Mein Eindruck der letzten Monate ist nicht, dass sich in dieser Hinsicht wirklich etwas verbessert hat.

Was ist sonst noch geschehen? Wir haben mit Herrn Meyer-Plath ein neues Aushängeschild des LfV, der eine Charme-Offensive gestartet hat und nicht müde wird zu betonen, ein Verfassungsschutz sei kein Geheimdienst, sondern ein Nachrichtendienst. Und während sich Herr Meyer-Plath müht, das zu verkaufen, macht sein Vize Dr. Olaf Vahrenhold nach wie vor was er will und führt den Untersuchungsausschuss und die Öffentlichkeit an der Nase herum.

Ich erinnere in diesem Zusammenhang an den Spiegel-Artikel vom Montag. In diesem Artikel ging es um Observationen André E.’s in Zwickau im Jahr 2006. In seiner Vernehmung vor dem Untersuchungsausschuss fand Herr Dr. Vahrenhold dies jedenfalls nicht berichtenswert. Herr Ulbig, ihre Strategie ‚LfV-Vize Vahrenhold mauert, LfV-Chef Gordian Meyer-Plath malt die Zukunft in bunten Farben‘ ist durchsichtig. Verantwortlich für Pleiten, Pech und Pannen bleiben Sie, Herr Innenminister.

Nächste Frage: Wie wollen Sie künftig mit der Problematik der V-Leute umgehen? Gestern erschien in der taz der sehr eindrückliche Artikel „Die ‚Quelle‘ und der Präsident“ über die V-Leute des brandenburgischen LfV. Der Artikel zeigt, wie fragwürdig der gesamte Einsatz von V-Leuten durch die Verfassungsschutzbehörden ist. Und, der Artikel endet mit den Worten: „Wer hat mit dem Geheimdiensthandy Kontakte zum NSU gepflegt? Vielleicht können ja Szczepanskis V-Mann-Führer Auskunft geben. Zwischen 1996 und 2000 soll es drei gegeben haben. Einer wird sicher gern öffentlich Auskunft geben, denn Gordian Mayer-Plath steht angeblich für Transparenz. Gerade jetzt wo er als Präsident den sächsischen Verfassungsschutz aus dem NSU-Sumpf ziehen soll.“
Es wäre durchaus angezeigt, dass hier schnellsten Klarheit geschaffen wird.

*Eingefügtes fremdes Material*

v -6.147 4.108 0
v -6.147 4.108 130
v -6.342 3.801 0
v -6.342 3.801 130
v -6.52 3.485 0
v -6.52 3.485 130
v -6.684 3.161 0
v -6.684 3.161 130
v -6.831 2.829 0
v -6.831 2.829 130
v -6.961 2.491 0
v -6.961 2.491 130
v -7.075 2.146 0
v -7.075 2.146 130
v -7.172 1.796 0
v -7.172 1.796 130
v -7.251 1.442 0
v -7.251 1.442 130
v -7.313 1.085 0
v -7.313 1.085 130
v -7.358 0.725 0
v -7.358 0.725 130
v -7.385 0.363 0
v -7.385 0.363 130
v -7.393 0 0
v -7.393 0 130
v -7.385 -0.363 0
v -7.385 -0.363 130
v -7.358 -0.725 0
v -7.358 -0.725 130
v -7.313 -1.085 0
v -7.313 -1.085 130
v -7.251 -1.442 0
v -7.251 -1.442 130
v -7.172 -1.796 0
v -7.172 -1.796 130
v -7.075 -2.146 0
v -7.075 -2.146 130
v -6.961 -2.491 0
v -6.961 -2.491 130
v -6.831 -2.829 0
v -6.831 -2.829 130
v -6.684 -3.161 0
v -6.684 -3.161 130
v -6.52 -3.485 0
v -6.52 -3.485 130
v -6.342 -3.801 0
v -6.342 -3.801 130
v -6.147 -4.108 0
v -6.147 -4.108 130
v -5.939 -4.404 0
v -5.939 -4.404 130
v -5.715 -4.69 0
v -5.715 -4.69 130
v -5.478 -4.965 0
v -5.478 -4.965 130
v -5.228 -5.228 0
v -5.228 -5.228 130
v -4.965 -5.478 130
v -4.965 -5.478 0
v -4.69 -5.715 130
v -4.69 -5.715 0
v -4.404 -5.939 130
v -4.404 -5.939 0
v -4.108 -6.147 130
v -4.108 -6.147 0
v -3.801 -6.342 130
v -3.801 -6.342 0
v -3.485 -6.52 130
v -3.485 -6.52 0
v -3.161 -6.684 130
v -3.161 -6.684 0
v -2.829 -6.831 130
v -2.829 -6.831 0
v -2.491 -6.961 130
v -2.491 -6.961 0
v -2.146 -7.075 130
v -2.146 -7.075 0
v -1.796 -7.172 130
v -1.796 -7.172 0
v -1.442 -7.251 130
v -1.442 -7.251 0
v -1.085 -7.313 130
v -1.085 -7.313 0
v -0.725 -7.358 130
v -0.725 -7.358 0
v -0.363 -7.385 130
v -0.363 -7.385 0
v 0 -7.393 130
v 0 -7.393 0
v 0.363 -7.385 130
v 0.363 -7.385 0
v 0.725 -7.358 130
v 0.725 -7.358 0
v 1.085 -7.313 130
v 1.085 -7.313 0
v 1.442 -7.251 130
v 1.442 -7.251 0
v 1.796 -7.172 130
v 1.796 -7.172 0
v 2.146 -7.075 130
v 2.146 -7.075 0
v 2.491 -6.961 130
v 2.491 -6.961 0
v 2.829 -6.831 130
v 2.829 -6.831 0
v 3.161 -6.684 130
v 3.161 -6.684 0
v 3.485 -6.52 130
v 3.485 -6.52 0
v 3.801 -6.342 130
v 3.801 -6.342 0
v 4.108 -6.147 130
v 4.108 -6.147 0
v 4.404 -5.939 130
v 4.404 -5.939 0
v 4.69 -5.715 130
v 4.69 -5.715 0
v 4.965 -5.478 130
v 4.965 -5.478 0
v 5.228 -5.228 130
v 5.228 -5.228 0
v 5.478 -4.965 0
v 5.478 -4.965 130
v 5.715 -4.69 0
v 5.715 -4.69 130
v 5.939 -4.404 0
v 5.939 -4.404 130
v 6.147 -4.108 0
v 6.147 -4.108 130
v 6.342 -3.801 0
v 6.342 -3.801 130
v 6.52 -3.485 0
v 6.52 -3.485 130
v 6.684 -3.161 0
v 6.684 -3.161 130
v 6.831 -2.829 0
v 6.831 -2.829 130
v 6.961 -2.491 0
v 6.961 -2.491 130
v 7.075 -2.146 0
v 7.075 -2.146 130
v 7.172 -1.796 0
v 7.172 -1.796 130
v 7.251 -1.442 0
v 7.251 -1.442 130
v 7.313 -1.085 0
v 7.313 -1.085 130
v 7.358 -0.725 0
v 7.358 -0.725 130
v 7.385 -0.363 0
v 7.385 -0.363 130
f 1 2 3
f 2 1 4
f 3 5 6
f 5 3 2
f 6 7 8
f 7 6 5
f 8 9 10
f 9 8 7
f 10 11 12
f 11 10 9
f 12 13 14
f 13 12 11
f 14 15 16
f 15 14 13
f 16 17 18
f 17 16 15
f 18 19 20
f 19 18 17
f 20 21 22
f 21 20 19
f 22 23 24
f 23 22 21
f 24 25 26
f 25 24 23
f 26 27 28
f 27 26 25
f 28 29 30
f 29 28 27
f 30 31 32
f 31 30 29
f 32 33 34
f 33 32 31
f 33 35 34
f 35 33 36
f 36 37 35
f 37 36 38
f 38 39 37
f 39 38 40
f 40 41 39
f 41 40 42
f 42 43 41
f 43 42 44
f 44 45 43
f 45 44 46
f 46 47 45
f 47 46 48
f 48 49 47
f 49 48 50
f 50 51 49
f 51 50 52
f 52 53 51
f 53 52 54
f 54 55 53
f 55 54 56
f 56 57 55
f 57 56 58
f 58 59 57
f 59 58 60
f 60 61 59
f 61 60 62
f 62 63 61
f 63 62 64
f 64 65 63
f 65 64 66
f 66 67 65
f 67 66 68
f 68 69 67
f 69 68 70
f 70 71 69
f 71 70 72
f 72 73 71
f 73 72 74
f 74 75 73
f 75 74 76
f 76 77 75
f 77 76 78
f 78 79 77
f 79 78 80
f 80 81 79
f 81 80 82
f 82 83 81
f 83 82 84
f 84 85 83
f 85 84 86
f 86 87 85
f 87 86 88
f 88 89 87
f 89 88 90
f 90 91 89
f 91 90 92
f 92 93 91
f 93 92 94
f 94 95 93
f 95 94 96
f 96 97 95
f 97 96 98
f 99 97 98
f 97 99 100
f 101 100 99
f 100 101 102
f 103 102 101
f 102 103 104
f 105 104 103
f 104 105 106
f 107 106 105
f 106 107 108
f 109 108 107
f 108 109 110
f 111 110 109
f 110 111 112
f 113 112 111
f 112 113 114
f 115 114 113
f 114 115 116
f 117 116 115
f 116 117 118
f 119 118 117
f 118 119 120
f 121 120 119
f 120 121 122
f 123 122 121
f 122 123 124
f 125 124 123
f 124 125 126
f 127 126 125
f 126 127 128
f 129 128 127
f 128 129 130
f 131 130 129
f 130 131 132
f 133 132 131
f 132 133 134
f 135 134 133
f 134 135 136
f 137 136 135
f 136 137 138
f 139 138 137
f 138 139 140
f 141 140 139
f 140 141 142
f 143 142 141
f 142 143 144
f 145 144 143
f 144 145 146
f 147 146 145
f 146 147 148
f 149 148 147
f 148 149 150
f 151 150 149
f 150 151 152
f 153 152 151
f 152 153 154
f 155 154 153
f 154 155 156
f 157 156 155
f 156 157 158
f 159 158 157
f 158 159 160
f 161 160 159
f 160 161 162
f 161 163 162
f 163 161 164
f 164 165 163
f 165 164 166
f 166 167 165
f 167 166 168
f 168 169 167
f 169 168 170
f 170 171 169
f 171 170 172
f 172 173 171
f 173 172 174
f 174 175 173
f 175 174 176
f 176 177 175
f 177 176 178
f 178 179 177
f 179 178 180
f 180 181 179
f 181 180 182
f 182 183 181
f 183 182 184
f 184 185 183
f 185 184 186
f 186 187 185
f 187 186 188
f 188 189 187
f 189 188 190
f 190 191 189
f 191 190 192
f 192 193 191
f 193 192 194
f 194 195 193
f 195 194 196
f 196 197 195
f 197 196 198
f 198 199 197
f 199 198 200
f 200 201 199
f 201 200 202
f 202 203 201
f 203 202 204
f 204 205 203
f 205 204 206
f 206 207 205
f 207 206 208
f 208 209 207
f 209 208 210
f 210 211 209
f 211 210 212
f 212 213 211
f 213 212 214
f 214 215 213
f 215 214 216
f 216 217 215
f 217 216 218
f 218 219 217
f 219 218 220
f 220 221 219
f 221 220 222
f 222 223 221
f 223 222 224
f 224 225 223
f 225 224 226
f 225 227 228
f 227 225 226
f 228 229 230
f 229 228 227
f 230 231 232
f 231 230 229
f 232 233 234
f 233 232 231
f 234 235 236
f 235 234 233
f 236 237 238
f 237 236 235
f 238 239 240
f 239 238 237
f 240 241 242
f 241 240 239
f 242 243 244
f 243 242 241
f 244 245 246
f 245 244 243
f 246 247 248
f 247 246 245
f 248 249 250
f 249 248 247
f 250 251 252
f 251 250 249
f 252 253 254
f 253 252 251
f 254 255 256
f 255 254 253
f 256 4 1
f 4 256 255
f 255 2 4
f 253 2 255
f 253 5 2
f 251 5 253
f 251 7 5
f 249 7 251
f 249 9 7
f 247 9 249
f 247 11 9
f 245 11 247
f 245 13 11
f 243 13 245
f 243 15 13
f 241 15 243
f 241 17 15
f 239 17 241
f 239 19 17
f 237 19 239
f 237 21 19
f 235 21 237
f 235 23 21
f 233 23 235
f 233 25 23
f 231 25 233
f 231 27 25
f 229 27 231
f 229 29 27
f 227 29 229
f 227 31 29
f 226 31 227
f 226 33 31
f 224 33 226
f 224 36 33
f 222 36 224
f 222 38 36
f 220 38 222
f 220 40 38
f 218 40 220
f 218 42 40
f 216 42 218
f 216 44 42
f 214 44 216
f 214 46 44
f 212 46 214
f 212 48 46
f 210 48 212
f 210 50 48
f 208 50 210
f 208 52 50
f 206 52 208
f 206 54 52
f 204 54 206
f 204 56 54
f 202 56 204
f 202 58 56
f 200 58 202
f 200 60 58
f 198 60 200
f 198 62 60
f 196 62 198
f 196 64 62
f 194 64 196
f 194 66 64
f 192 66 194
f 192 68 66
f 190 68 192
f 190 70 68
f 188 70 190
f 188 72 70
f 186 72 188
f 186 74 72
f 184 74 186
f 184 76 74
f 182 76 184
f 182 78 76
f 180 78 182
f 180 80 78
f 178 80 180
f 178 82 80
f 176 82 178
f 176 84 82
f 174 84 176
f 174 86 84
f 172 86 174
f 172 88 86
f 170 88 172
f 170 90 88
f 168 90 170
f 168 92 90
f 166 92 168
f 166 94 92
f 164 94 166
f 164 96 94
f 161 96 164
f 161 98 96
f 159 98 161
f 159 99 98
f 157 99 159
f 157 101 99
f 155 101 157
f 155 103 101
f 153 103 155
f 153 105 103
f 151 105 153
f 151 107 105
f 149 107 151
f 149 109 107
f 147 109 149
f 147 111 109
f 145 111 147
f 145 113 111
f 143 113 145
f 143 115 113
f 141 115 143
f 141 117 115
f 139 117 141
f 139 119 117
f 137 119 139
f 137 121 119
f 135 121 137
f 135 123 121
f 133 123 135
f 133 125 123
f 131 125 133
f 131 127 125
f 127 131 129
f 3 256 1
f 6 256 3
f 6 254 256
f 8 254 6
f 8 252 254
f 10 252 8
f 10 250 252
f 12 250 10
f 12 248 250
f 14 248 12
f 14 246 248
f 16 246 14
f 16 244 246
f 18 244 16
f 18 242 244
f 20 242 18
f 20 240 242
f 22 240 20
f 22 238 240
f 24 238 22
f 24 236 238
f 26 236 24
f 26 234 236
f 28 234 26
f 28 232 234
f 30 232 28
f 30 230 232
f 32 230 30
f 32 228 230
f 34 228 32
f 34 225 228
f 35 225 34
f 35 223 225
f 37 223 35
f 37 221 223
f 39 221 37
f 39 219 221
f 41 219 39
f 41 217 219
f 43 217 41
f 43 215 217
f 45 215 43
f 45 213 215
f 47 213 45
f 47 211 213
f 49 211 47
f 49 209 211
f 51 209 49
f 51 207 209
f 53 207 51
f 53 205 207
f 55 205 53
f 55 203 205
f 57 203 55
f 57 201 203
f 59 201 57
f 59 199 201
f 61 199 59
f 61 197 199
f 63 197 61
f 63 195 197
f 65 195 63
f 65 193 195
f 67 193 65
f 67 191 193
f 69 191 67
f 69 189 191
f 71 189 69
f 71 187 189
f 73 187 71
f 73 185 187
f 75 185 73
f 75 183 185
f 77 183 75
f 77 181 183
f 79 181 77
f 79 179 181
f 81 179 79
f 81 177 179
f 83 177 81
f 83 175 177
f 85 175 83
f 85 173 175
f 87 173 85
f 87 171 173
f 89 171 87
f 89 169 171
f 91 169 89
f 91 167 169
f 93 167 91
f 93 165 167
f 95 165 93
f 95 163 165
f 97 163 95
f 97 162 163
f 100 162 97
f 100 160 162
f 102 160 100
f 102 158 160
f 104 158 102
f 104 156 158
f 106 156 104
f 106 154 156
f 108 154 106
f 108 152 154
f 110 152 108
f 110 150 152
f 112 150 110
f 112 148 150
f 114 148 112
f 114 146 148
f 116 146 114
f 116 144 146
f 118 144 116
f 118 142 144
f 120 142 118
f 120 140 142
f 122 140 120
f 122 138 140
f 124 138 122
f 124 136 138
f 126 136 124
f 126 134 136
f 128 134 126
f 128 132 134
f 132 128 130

Bis heute deutet wenig darauf hin, dass wirklich weitreichende Reformen beim LfV gewollt sind. Sie wissen wir haben uns dafür ausgesprochen, das LfV abzuschaffen und eine unabhängige Forschungseinrichtung zu gründen, die das Thema bearbeitet. Ich weiß auch, dass CDU und FDP vom Modell LfV nicht lassen wollen. Aber selbst wenn sie das LfV erhalten wollen, werden sie – wenn sie es ernst meinen – nicht um einen radikalen Schnitt herum kommen. Wenn Sie es ernst meinen, reicht es nicht, nur den Kopf des LfV auszuwechseln, dann werden sie einen vollständigen Neustart gewährleisten müssen und das heißt: ein kompletter Personalaustausch. Ein Austausch aller der knapp 200 Mitarbeiter des LfV.

Diesen Mut traue ich Ihnen nicht zu. Und vor allem haben Sie auf die Notwendigkeit verzichtet, eine offene Debatte – auch eine gesellschaftliche Debatte – über die Zukunft des LfV zu führen. Damit ist die Gefahr sehr real, dass ihre Expertenkommission eine reine Alibi-Veranstaltung ist.

Der Antrag der Linken leistet einen Beitrag, Licht ins Dunkel zu bringen und zumindest etwas Transparenz zu schaffen. Daher hat er unsere Zustimmung.